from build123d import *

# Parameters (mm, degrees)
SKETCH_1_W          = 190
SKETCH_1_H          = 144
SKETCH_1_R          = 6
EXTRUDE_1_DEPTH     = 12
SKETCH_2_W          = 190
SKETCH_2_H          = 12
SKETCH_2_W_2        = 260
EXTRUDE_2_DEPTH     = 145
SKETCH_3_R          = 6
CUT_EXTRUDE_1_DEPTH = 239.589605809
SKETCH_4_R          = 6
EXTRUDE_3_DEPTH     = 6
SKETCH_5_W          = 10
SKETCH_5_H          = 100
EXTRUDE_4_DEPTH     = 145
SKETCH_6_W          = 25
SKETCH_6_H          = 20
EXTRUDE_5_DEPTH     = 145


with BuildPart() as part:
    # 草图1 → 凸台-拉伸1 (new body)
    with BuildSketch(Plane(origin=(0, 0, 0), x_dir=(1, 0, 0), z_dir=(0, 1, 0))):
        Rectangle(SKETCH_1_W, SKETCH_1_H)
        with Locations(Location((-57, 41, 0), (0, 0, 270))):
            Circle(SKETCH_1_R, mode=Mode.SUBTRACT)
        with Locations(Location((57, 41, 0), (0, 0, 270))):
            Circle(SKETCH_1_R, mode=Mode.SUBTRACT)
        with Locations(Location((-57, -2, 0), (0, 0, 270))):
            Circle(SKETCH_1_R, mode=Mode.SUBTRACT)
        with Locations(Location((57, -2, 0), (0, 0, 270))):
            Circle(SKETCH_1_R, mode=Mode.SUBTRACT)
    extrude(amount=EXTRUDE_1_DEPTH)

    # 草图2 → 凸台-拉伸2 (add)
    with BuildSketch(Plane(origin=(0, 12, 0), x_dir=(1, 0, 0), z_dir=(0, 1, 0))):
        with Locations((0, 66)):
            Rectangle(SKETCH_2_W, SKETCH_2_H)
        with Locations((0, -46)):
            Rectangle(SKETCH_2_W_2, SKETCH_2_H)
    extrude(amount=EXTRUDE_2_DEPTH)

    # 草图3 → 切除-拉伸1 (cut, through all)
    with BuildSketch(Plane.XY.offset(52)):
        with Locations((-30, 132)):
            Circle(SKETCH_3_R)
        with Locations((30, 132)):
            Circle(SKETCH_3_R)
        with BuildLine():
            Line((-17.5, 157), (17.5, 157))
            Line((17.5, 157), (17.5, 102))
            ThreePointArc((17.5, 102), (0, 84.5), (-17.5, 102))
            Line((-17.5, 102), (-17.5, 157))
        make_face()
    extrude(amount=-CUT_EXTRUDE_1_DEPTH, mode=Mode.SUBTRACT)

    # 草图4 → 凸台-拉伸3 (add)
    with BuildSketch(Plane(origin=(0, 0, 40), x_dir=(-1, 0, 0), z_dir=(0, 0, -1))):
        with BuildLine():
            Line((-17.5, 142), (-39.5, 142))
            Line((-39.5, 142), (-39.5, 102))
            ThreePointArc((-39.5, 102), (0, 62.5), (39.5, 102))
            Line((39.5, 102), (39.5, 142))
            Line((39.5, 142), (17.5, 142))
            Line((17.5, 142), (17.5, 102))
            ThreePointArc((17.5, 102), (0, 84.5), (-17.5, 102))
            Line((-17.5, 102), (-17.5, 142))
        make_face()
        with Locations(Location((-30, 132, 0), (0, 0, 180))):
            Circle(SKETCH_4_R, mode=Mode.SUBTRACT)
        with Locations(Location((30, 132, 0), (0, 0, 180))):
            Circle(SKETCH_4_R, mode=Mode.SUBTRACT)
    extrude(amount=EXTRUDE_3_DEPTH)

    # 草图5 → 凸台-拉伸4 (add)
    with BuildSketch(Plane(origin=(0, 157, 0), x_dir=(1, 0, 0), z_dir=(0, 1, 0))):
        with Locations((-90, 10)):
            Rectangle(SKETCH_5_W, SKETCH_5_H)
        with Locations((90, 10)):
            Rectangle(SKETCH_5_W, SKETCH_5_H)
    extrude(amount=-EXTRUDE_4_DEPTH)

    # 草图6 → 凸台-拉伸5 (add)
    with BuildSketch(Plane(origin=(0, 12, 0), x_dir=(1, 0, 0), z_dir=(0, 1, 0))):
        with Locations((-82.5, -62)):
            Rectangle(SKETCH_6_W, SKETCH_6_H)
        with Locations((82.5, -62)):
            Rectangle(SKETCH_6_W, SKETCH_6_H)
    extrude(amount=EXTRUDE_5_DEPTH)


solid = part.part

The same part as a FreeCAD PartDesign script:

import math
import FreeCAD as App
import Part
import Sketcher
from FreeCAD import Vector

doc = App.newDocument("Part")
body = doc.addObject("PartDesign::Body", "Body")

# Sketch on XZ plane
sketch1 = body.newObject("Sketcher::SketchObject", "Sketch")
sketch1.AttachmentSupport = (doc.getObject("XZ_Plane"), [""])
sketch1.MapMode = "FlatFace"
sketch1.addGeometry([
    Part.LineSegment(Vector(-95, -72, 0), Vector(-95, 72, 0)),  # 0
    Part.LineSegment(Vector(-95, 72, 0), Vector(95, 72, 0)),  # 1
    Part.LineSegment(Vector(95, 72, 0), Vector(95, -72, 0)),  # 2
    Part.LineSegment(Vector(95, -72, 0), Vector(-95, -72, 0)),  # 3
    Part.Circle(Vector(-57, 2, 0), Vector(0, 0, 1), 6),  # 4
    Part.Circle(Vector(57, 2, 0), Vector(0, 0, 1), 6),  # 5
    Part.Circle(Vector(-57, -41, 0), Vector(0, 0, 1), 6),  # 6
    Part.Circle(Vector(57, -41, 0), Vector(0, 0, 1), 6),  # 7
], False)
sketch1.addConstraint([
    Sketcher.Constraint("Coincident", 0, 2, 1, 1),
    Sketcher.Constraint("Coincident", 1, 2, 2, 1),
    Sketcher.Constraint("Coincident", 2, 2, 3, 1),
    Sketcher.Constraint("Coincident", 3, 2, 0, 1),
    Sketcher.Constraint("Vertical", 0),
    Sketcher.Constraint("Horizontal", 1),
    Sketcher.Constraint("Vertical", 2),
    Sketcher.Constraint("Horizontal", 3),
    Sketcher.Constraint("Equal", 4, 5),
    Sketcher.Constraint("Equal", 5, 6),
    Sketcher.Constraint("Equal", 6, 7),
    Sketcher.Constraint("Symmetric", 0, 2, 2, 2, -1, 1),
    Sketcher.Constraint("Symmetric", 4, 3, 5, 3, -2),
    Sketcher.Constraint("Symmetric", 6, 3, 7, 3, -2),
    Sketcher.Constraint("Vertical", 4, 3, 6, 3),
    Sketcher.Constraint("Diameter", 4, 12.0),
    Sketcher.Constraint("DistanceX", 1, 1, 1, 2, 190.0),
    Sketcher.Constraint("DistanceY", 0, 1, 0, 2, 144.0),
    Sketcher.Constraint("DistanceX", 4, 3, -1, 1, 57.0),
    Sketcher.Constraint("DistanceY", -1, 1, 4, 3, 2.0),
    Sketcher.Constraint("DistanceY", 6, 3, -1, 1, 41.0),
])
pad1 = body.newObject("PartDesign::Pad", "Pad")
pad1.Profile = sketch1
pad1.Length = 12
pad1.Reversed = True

◆ ◆ ◆ ◆ ◆

- Exercise aim
Where a line above includes "Rectangle", copy that line.

- Answer to this problem
        Rectangle(SKETCH_1_W, SKETCH_1_H)
            Rectangle(SKETCH_2_W, SKETCH_2_H)
            Rectangle(SKETCH_2_W_2, SKETCH_2_H)
            Rectangle(SKETCH_5_W, SKETCH_5_H)
            Rectangle(SKETCH_5_W, SKETCH_5_H)
            Rectangle(SKETCH_6_W, SKETCH_6_H)
            Rectangle(SKETCH_6_W, SKETCH_6_H)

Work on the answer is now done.